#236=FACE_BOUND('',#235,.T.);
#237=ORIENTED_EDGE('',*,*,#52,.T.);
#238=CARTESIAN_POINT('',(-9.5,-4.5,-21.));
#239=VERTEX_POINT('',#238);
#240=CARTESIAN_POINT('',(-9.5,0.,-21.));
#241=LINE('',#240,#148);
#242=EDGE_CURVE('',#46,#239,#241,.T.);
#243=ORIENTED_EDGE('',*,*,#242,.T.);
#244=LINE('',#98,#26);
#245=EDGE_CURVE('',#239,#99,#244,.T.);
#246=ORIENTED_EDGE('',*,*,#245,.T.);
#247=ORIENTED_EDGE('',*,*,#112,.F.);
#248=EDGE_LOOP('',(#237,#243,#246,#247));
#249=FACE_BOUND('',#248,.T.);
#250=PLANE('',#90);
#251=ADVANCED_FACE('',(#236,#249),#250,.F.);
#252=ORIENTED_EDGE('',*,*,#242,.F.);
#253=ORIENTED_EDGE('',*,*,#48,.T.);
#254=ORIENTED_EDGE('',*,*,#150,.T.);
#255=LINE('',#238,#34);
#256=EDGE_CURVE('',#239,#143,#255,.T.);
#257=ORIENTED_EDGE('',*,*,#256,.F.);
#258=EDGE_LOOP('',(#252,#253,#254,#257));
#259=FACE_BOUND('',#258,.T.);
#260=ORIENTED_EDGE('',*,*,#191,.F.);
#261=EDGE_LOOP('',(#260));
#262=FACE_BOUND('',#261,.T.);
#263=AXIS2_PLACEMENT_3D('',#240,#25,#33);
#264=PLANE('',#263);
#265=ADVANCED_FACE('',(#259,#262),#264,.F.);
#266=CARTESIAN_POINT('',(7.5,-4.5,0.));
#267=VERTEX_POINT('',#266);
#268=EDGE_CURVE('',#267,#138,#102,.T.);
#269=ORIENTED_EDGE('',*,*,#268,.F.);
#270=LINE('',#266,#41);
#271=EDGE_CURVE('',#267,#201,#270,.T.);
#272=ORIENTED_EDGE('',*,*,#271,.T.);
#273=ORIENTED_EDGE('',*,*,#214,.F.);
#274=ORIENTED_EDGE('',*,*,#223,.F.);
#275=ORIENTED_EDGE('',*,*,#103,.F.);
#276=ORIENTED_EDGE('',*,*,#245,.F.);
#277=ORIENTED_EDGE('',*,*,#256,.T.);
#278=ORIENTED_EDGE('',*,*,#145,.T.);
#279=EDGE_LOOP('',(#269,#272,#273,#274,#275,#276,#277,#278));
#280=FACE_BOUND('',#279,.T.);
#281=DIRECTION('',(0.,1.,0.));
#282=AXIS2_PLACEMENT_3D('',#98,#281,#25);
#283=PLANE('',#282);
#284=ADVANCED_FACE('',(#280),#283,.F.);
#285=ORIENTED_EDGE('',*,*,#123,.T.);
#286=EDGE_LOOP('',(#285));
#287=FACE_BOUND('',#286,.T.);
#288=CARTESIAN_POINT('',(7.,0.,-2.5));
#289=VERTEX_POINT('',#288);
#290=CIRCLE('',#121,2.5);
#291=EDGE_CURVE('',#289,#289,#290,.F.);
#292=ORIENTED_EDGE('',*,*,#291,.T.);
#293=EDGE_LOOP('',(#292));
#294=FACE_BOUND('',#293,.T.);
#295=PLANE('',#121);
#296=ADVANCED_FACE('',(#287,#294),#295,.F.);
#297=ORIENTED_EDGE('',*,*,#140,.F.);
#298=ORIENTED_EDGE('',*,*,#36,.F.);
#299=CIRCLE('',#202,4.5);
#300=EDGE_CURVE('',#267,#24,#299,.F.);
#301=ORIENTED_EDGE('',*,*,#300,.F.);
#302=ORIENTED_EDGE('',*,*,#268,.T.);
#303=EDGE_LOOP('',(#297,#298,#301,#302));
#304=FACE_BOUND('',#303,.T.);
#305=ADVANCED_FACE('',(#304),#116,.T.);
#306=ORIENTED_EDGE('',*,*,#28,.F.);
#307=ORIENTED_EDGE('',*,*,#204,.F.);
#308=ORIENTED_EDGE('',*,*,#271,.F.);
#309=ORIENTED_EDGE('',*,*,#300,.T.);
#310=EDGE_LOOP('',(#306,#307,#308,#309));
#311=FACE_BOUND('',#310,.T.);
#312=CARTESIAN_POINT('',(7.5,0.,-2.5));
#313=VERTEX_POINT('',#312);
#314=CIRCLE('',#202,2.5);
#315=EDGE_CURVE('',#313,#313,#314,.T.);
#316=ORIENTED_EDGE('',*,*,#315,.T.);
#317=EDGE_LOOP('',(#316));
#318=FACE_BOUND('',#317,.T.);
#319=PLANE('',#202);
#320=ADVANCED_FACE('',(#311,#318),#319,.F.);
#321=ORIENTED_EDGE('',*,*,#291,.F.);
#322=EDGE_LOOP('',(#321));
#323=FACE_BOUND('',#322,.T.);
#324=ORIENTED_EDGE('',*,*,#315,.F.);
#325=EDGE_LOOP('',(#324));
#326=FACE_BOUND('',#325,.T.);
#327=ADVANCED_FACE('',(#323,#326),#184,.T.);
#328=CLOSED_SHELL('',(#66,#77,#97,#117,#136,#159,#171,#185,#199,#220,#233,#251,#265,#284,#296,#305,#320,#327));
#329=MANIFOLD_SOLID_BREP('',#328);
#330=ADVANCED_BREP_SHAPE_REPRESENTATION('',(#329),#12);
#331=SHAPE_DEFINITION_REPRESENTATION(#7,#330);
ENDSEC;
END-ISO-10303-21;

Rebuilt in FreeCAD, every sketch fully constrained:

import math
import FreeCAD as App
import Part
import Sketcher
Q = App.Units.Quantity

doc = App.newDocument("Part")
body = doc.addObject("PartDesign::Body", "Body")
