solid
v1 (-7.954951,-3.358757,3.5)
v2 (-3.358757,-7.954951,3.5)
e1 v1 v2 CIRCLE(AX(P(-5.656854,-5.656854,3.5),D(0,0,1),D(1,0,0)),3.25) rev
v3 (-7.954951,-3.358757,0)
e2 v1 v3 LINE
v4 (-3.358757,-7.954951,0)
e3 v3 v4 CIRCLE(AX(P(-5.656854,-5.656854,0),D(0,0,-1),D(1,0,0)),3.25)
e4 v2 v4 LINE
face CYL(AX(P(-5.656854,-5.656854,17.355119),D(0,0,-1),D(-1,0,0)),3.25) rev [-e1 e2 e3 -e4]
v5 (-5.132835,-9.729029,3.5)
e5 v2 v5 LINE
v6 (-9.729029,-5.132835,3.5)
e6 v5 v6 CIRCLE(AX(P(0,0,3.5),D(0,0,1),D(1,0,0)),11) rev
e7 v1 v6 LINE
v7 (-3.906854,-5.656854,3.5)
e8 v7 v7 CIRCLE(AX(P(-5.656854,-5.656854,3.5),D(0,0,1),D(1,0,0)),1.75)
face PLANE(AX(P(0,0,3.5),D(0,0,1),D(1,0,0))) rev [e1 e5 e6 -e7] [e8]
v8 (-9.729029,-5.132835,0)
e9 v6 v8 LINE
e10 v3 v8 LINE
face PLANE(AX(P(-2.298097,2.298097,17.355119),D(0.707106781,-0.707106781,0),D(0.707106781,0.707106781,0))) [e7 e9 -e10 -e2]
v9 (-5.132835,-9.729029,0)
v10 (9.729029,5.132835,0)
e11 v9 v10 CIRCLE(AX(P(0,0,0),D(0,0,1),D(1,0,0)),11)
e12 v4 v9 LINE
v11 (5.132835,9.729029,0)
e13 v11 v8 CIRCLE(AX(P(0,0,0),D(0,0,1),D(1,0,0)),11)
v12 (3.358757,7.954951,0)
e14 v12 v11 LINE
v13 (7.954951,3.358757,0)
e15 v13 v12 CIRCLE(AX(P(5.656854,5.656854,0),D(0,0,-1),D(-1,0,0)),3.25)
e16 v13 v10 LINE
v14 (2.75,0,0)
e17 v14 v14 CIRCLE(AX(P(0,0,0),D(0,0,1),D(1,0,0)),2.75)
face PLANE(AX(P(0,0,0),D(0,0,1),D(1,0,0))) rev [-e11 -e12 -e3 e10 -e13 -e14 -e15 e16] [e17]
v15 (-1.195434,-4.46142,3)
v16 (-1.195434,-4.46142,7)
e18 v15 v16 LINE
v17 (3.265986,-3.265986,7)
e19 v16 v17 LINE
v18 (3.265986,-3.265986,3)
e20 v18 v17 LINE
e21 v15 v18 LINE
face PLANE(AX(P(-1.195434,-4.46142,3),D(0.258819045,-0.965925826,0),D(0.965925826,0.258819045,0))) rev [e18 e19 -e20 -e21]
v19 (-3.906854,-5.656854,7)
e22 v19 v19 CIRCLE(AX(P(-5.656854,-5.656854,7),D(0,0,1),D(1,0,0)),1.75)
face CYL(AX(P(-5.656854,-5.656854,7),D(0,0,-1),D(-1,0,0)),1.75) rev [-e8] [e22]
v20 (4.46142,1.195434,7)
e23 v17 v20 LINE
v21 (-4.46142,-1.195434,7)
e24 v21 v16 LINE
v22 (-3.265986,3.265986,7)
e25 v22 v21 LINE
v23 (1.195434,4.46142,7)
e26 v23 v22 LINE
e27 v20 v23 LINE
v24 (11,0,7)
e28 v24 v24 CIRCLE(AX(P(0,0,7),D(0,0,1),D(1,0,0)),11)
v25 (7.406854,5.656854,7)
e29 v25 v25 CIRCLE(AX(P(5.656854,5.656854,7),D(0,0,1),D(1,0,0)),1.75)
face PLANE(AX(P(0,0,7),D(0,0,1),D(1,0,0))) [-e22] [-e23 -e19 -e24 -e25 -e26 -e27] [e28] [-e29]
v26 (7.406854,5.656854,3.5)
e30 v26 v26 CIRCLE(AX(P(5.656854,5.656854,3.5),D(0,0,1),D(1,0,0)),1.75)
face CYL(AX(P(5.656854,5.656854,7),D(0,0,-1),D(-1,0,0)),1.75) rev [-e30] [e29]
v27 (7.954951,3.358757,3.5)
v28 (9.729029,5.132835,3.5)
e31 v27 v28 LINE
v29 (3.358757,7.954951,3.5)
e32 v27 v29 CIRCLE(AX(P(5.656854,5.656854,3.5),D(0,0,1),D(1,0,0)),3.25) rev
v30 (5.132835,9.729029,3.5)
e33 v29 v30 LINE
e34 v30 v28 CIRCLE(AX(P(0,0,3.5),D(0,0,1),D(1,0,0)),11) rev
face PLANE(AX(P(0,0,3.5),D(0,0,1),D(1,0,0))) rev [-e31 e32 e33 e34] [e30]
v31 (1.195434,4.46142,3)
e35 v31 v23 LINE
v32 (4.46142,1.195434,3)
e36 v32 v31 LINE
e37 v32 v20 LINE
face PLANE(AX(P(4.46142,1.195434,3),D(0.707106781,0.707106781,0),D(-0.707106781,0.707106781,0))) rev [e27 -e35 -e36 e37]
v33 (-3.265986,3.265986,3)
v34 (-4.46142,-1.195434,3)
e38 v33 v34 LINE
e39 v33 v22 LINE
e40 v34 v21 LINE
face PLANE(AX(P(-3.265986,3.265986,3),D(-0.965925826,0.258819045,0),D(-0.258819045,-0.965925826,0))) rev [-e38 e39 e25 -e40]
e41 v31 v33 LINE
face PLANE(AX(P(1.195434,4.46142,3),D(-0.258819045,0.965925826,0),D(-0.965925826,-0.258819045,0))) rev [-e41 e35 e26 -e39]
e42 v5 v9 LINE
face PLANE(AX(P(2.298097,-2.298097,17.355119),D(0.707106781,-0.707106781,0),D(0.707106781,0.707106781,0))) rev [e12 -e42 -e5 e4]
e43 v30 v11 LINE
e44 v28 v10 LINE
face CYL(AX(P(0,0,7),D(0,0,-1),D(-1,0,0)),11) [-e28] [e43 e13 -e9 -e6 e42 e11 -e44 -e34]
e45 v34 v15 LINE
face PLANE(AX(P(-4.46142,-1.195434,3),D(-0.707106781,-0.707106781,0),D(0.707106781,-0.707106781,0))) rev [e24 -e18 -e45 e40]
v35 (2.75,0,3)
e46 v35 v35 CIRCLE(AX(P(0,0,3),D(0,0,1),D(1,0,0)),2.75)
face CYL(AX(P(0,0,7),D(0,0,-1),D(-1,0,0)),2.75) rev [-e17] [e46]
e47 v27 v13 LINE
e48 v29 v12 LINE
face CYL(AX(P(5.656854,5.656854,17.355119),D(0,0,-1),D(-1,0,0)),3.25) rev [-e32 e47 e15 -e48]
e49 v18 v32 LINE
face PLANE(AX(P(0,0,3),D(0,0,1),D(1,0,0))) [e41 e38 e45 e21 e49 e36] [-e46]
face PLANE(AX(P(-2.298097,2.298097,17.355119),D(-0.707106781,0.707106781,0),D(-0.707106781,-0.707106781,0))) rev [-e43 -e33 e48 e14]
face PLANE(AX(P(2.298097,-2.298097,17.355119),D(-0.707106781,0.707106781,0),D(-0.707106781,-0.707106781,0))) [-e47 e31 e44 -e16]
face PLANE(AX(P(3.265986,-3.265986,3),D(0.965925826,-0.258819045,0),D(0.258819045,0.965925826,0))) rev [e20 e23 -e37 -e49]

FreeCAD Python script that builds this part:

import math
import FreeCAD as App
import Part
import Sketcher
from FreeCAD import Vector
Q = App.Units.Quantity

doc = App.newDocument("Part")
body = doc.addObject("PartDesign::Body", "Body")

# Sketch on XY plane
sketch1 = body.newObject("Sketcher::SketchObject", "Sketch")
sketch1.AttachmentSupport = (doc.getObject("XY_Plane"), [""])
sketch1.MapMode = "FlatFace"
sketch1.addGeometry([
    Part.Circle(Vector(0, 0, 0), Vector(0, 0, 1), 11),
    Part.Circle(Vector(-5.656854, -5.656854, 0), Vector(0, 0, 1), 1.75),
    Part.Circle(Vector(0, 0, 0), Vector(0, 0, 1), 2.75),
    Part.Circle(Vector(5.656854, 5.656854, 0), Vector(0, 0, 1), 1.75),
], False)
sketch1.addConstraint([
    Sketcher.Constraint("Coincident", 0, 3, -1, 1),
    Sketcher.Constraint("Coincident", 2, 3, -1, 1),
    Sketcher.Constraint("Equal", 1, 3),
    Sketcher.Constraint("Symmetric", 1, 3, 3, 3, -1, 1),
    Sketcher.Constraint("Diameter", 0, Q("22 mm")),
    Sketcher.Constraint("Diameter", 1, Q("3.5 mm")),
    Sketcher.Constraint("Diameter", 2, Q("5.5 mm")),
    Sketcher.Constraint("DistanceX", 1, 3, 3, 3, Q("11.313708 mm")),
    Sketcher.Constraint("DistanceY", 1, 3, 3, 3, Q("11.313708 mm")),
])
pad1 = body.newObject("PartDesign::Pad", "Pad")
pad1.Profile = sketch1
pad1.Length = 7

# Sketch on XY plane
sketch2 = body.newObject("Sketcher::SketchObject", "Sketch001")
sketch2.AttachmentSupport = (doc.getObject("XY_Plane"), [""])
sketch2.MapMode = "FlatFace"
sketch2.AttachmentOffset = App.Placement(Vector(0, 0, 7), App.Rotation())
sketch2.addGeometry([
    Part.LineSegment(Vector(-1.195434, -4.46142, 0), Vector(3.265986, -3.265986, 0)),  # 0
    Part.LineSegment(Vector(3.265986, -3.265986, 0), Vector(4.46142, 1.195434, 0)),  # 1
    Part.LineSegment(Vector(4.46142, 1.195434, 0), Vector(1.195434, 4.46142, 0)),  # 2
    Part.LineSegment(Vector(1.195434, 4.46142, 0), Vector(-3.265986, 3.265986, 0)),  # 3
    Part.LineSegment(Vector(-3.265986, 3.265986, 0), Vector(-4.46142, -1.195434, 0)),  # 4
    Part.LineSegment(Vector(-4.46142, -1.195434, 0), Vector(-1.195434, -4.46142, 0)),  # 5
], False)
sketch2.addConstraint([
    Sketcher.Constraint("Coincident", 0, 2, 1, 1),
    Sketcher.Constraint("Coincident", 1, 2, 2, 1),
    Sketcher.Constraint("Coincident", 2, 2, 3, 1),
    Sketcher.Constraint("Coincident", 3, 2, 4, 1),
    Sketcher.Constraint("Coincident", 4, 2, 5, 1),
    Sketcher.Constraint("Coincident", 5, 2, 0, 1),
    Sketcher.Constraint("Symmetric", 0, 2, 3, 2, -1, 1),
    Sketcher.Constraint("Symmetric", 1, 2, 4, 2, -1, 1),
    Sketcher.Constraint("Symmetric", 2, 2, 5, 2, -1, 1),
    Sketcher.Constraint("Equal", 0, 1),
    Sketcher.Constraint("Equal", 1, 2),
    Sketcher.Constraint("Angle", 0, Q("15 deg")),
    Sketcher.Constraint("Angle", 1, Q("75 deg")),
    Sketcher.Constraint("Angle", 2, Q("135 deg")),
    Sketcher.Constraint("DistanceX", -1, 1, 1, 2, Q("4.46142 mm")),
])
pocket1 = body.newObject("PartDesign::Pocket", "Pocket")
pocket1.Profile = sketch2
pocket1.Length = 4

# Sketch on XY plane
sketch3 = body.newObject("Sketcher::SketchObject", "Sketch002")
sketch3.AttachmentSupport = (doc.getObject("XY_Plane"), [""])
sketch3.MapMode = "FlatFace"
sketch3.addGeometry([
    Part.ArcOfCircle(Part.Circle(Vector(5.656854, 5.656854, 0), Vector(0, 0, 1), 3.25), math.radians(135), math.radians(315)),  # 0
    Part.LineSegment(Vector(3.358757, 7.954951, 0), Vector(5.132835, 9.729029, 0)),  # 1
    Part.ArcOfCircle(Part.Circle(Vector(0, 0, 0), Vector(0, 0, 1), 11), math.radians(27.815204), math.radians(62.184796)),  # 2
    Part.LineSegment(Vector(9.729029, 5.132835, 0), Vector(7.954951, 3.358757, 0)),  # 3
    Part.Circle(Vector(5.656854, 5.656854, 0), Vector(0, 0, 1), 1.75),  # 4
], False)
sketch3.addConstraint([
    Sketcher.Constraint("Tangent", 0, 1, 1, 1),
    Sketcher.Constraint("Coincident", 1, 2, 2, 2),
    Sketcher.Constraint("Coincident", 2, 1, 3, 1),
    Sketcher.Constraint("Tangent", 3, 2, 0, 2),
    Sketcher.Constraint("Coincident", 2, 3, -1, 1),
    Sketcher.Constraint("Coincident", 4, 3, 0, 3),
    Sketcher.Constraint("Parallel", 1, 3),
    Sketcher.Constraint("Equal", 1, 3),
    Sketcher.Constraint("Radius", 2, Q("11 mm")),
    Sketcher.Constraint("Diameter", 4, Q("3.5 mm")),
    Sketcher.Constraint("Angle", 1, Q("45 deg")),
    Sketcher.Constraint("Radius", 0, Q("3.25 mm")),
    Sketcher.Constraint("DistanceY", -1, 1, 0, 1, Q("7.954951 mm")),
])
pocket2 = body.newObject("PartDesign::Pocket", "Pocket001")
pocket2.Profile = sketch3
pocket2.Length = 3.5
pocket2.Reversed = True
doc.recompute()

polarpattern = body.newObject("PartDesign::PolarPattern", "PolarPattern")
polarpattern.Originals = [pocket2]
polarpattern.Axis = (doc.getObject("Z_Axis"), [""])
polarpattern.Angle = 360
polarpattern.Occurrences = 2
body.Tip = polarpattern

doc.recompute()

▶ _About this exercise_
Among the entries above, the line containing "#270=LINE('',#266,#41);", the line containing "#302=ORIENTED_EDGE('',*,*,#268,.T.);", and all lines between them are to be restated word for word; nothing else belongs in the reply.

▶ _Answer below_
#270=LINE('',#266,#41);
#271=EDGE_CURVE('',#267,#201,#270,.T.);
#272=ORIENTED_EDGE('',*,*,#271,.T.);
#273=ORIENTED_EDGE('',*,*,#214,.F.);
#274=ORIENTED_EDGE('',*,*,#223,.F.);
#275=ORIENTED_EDGE('',*,*,#103,.F.);
#276=ORIENTED_EDGE('',*,*,#245,.F.);
#277=ORIENTED_EDGE('',*,*,#256,.T.);
#278=ORIENTED_EDGE('',*,*,#145,.T.);
#279=EDGE_LOOP('',(#269,#272,#273,#274,#275,#276,#277,#278));
#280=FACE_BOUND('',#279,.T.);
#281=DIRECTION('',(0.,1.,0.));
#282=AXIS2_PLACEMENT_3D('',#98,#281,#25);
#283=PLANE('',#282);
#284=ADVANCED_FACE('',(#280),#283,.F.);
#285=ORIENTED_EDGE('',*,*,#123,.T.);
#286=EDGE_LOOP('',(#285));
#287=FACE_BOUND('',#286,.T.);
#288=CARTESIAN_POINT('',(7.,0.,-2.5));
#289=VERTEX_POINT('',#288);
#290=CIRCLE('',#121,2.5);
#291=EDGE_CURVE('',#289,#289,#290,.F.);
#292=ORIENTED_EDGE('',*,*,#291,.T.);
#293=EDGE_LOOP('',(#292));
#294=FACE_BOUND('',#293,.T.);
#295=PLANE('',#121);
#296=ADVANCED_FACE('',(#287,#294),#295,.F.);
#297=ORIENTED_EDGE('',*,*,#140,.F.);
#298=ORIENTED_EDGE('',*,*,#36,.F.);
#299=CIRCLE('',#202,4.5);
#300=EDGE_CURVE('',#267,#24,#299,.F.);
#301=ORIENTED_EDGE('',*,*,#300,.F.);
#302=ORIENTED_EDGE('',*,*,#268,.T.);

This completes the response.